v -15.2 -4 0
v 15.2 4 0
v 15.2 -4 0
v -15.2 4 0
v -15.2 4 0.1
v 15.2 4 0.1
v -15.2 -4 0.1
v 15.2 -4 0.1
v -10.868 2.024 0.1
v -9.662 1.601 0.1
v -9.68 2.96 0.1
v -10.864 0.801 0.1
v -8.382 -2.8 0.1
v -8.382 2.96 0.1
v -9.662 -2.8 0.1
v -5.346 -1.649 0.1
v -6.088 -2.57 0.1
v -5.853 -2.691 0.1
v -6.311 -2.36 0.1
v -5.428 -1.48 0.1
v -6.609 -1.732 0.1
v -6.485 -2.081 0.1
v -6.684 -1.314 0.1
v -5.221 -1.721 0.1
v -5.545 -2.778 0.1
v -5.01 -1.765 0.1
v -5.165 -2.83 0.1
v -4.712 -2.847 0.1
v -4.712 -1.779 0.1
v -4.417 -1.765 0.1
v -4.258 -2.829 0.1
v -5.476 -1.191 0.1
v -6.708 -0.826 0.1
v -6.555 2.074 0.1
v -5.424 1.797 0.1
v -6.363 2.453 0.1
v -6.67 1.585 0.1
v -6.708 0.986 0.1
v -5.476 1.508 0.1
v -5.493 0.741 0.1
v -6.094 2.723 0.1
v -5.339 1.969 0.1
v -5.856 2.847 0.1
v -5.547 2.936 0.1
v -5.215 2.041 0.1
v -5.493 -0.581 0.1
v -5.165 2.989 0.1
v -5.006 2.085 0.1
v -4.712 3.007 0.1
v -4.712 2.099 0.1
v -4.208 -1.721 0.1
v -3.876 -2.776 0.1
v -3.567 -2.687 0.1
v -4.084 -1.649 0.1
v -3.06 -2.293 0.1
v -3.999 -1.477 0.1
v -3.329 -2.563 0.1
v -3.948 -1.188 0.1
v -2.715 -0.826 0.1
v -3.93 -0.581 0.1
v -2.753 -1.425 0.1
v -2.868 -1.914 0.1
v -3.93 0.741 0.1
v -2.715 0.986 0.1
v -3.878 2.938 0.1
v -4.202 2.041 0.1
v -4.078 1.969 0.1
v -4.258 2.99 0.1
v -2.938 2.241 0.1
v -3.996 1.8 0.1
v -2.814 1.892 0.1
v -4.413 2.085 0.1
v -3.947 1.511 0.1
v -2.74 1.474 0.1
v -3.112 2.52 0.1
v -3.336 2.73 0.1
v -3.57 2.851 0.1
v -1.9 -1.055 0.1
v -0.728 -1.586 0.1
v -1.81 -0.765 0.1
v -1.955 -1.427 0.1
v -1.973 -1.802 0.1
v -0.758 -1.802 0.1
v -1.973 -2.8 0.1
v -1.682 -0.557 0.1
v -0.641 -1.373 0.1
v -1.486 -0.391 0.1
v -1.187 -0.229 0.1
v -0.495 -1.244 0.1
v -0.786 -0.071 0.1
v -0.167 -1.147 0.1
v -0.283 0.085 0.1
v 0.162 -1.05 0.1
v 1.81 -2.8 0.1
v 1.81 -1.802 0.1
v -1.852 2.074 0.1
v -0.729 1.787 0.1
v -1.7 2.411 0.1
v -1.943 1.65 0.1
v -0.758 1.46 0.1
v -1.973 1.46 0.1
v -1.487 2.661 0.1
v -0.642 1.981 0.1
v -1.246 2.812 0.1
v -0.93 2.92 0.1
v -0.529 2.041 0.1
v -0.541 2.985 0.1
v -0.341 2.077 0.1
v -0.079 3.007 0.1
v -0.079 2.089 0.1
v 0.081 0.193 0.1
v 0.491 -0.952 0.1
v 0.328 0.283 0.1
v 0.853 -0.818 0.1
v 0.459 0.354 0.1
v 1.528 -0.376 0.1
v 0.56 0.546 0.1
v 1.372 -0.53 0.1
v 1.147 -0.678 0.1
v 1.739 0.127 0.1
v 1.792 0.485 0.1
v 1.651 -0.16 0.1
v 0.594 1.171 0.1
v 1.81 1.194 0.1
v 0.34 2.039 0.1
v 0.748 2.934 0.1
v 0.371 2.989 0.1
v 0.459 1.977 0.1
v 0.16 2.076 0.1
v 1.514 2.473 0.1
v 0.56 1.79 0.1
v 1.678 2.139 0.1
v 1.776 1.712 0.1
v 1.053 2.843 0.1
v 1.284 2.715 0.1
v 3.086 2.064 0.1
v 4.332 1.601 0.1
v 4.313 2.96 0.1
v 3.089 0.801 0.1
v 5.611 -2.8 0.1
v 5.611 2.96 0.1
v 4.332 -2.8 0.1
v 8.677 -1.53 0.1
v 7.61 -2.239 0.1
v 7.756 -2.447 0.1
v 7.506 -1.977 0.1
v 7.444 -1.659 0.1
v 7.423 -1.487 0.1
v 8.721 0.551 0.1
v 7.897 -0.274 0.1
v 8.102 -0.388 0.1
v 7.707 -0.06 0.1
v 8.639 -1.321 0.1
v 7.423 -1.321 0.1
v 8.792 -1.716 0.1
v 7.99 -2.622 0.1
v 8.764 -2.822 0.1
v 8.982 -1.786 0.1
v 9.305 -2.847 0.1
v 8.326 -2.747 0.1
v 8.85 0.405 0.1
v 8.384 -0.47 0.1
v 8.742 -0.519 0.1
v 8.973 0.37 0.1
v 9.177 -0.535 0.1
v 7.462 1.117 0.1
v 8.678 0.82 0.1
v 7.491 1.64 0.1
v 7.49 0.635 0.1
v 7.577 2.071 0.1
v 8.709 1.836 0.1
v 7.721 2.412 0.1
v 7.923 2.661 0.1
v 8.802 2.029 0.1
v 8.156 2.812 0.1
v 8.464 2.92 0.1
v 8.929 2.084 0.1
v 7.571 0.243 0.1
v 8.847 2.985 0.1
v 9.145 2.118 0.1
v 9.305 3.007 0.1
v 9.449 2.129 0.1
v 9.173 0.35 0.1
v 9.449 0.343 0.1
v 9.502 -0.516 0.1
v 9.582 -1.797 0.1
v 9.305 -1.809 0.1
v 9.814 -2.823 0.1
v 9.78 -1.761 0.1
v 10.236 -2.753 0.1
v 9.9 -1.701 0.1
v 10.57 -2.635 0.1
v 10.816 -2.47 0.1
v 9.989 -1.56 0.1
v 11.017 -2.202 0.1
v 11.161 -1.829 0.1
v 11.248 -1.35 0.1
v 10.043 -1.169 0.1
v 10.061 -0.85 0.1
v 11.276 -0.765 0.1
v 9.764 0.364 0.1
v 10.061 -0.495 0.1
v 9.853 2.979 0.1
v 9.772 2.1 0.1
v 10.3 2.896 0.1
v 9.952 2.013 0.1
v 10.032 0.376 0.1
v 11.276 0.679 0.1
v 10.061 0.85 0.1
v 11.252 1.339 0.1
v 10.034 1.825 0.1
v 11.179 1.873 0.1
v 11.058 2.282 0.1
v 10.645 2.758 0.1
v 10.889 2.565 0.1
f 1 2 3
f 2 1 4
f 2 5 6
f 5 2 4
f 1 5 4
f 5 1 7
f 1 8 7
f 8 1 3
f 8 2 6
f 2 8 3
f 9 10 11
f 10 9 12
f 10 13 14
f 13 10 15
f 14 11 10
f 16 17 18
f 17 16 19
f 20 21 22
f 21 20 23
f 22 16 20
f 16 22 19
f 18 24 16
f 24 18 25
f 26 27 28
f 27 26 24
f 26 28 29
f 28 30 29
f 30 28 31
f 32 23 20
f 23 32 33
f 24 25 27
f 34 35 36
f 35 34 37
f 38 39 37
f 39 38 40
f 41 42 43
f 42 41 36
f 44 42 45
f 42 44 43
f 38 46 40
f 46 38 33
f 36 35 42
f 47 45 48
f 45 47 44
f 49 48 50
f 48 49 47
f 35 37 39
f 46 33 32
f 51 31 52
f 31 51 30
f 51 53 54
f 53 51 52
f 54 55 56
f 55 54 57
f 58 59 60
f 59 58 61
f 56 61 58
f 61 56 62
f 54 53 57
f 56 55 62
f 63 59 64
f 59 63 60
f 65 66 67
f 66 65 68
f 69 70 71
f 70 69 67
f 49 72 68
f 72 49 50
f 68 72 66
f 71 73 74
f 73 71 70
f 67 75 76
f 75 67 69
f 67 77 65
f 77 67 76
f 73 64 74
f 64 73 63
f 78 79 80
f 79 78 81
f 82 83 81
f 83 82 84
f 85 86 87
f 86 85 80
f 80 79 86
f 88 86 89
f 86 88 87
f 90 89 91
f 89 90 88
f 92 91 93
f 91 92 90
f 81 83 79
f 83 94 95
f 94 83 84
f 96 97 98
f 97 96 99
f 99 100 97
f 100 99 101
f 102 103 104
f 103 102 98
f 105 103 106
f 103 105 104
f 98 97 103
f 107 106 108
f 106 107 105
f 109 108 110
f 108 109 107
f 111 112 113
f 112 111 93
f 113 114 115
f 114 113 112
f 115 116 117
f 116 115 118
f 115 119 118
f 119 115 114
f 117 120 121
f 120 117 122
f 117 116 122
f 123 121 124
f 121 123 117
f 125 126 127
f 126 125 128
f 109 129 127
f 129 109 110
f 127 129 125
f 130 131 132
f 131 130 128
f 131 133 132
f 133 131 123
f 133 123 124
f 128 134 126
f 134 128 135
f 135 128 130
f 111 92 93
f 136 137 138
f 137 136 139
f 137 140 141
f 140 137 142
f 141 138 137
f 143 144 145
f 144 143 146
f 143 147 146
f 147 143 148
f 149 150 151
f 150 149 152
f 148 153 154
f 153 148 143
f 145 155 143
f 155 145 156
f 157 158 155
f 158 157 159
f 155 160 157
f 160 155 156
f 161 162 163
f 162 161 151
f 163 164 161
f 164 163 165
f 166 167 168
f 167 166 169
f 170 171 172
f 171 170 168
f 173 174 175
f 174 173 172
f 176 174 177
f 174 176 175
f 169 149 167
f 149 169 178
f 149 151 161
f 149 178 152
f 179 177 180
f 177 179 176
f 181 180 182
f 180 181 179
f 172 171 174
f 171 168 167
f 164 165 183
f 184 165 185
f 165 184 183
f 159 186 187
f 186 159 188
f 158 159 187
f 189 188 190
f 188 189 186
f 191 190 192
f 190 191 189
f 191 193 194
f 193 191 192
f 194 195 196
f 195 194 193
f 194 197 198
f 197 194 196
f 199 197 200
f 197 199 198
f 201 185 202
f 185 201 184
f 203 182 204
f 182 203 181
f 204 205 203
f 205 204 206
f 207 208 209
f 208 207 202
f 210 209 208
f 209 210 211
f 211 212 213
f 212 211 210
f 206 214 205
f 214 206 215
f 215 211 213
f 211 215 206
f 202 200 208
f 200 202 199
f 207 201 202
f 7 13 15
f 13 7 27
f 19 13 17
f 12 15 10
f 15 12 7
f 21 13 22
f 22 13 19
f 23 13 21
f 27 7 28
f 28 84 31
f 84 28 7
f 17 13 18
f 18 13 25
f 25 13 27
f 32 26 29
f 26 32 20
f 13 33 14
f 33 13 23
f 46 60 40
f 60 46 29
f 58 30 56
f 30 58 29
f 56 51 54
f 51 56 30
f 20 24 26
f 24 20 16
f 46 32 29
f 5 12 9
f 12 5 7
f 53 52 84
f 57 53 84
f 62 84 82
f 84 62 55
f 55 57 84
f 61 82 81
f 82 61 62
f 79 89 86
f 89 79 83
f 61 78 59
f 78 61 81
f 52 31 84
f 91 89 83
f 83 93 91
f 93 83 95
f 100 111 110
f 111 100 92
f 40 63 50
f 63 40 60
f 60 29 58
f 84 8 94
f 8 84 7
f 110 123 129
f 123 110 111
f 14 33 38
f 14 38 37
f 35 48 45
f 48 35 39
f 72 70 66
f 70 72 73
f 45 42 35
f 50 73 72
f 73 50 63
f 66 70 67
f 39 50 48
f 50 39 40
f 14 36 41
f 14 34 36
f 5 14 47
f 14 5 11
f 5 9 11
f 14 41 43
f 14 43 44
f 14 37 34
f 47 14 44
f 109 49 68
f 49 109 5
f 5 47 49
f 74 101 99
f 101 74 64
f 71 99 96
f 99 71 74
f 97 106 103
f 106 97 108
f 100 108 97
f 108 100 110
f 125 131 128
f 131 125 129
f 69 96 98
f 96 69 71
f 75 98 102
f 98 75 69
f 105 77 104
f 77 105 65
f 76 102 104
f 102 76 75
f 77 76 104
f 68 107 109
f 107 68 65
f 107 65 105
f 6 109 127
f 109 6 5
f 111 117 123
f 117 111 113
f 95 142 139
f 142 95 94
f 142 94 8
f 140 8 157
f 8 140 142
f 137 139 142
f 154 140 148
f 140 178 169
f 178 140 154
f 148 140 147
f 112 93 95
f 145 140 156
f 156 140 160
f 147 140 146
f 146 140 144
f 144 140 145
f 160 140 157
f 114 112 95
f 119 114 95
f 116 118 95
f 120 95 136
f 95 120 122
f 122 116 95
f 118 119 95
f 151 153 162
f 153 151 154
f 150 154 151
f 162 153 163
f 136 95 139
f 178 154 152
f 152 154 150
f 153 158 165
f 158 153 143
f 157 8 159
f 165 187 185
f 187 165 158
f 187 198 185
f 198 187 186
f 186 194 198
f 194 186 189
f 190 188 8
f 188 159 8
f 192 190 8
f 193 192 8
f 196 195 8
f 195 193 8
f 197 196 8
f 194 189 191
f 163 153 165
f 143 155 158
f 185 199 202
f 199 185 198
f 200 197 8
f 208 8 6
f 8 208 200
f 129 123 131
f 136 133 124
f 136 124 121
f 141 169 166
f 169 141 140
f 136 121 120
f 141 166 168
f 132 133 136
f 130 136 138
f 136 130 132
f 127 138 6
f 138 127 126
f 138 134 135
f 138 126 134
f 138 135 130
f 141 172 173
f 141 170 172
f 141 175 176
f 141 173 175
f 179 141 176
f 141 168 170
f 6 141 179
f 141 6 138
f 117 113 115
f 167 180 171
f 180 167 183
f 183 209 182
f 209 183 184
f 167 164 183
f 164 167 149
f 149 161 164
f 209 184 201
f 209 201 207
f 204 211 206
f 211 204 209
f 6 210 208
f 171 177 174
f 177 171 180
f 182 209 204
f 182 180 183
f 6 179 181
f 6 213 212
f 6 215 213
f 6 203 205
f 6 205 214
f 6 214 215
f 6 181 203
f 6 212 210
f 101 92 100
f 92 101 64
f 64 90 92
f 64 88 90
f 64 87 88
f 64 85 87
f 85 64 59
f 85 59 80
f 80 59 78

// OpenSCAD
// file: ../p/box5-12.scad
use <../lib.scad>
function ldraw_lib__box5_12() = [
// 0 Box with 5 Faces without Any Edges
// 0 Name: box5-12.dat
// 0 Author: Chris Dee [cwdee]
// 0 !LDRAW_ORG Primitive UPDATE 2009-02
// 0 !LICENSE Licensed under CC BY 4.0 : see CAreadme.txt
// 
// 0 BFC CERTIFY CCW
  [0,"BFC","CERTIFY"],
  [0,"BFC","CCW"],
// 
// 0 !HISTORY 2009-09-03 [PTadmin] Official Update 2009-02
// 
// 
// 4 16 1 1 1 1 1 -1 -1 1 -1 -1 1 1
  [4,16,1,1,1,1,1,-1,-1,1,-1,-1,1,1],
// 4 16 -1 0 1 1 0 1 1 1 1 -1 1 1
  [4,16,-1,0,1,1,0,1,1,1,1,-1,1,1],
// 4 16 -1 0 -1 -1 0 1 -1 1 1 -1 1 -1
  [4,16,-1,0,-1,-1,0,1,-1,1,1,-1,1,-1],
// 4 16 1 0 -1 -1 0 -1 -1 1 -1 1 1 -1
  [4,16,1,0,-1,-1,0,-1,-1,1,-1,1,1,-1],
// 4 16 1 0 1 1 0 -1 1 1 -1 1 1 1
  [4,16,1,0,1,1,0,-1,1,1,-1,1,1,1],
// 0
];
module ldraw_lib__box5_12(step=0, col=false, unit=2/5, alt=false, line=0.2, solid=!$preview)
    makepoly(ldraw_lib__box5_12(), step=step, col=col, unit=unit, alt=alt, line=line, solid=solid);
ldraw_lib__box5_12(line=0.2);
// main file
use <../lib.scad>
use <../p/box5-12.scad>
use <s/4616559ps6.scad>
use <s/4616559ps7.scad>
function ldraw_lib__4616559p() = [
// 0 Sticker  1 x  3.8 with White "10219"
// 0 Name: 4616559p.dat
// 0 Author: J.C. Tchang [tchang]
// 0 !LDRAW_ORG Part UPDATE 2013-02
// 0 !LICENSE Licensed under CC BY 4.0 : see CAreadme.txt
// 
// 0 BFC CERTIFY CCW
  [0,"BFC","CERTIFY"],
  [0,"BFC","CCW"],
// 
// 0 !KEYWORDS Set 10219
// 
// 0 !HISTORY 2013-12-23 [PTadmin] Official Update 2013-02
// 
// 
// 1 16 0 -0.25 0 38 0 0 0 0.25 0 0 0 10 box5-12.dat
  [1,16,0,-0.25,0,38,0,0,0,0.25,0,0,0,10, ldraw_lib__box5_12()],
// 0 //
// 1 15 0 -0.25 0 1 0 0 0 1 0 0 0 1 s\4616559ps6.dat
  [1,15,0,-0.25,0,1,0,0,0,1,0,0,0,1, ldraw_lib__s__4616559ps6()],
// 1 16 0 -0.25 0 1 0 0 0 1 0 0 0 1 s\4616559ps7.dat
  [1,16,0,-0.25,0,1,0,0,0,1,0,0,0,1, ldraw_lib__s__4616559ps7()],
];
module ldraw_lib__4616559p(step=0, col=false, unit=2/5, alt=false, line=0.2, solid=!$preview)
    makepoly(ldraw_lib__4616559p(), step=step, col=col, unit=unit, alt=alt, line=line, solid=solid);
ldraw_lib__4616559p(line=0.2);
--- --- ---
§ **Your goal**:
Among the entries above, the line containing "v -4.258 2.99 0.1", the line containing "v 8.764 -2.822 0.1", and all lines between them are to be restated word for word; nothing else belongs in the reply.

§ **The completed task**:
v -4.258 2.99 0.1
v -2.938 2.241 0.1
v -3.996 1.8 0.1
v -2.814 1.892 0.1
v -4.413 2.085 0.1
v -3.947 1.511 0.1
v -2.74 1.474 0.1
v -3.112 2.52 0.1
v -3.336 2.73 0.1
v -3.57 2.851 0.1
v -1.9 -1.055 0.1
v -0.728 -1.586 0.1
v -1.81 -0.765 0.1
v -1.955 -1.427 0.1
v -1.973 -1.802 0.1
v -0.758 -1.802 0.1
v -1.973 -2.8 0.1
v -1.682 -0.557 0.1
v -0.641 -1.373 0.1
v -1.486 -0.391 0.1
v -1.187 -0.229 0.1
v -0.495 -1.244 0.1
v -0.786 -0.071 0.1
v -0.167 -1.147 0.1
v -0.283 0.085 0.1
v 0.162 -1.05 0.1
v 1.81 -2.8 0.1
v 1.81 -1.802 0.1
v -1.852 2.074 0.1
v -0.729 1.787 0.1
v -1.7 2.411 0.1
v -1.943 1.65 0.1
v -0.758 1.46 0.1
v -1.973 1.46 0.1
v -1.487 2.661 0.1
v -0.642 1.981 0.1
v -1.246 2.812 0.1
v -0.93 2.92 0.1
v -0.529 2.041 0.1
v -0.541 2.985 0.1
v -0.341 2.077 0.1
v -0.079 3.007 0.1
v -0.079 2.089 0.1
v 0.081 0.193 0.1
v 0.491 -0.952 0.1
v 0.328 0.283 0.1
v 0.853 -0.818 0.1
v 0.459 0.354 0.1
v 1.528 -0.376 0.1
v 0.56 0.546 0.1
v 1.372 -0.53 0.1
v 1.147 -0.678 0.1
v 1.739 0.127 0.1
v 1.792 0.485 0.1
v 1.651 -0.16 0.1
v 0.594 1.171 0.1
v 1.81 1.194 0.1
v 0.34 2.039 0.1
v 0.748 2.934 0.1
v 0.371 2.989 0.1
v 0.459 1.977 0.1
v 0.16 2.076 0.1
v 1.514 2.473 0.1
v 0.56 1.79 0.1
v 1.678 2.139 0.1
v 1.776 1.712 0.1
v 1.053 2.843 0.1
v 1.284 2.715 0.1
v 3.086 2.064 0.1
v 4.332 1.601 0.1
v 4.313 2.96 0.1
v 3.089 0.801 0.1
v 5.611 -2.8 0.1
v 5.611 2.96 0.1
v 4.332 -2.8 0.1
v 8.677 -1.53 0.1
v 7.61 -2.239 0.1
v 7.756 -2.447 0.1
v 7.506 -1.977 0.1
v 7.444 -1.659 0.1
v 7.423 -1.487 0.1
v 8.721 0.551 0.1
v 7.897 -0.274 0.1
v 8.102 -0.388 0.1
v 7.707 -0.06 0.1
v 8.639 -1.321 0.1
v 7.423 -1.321 0.1
v 8.792 -1.716 0.1
v 7.99 -2.622 0.1
v 8.764 -2.822 0.1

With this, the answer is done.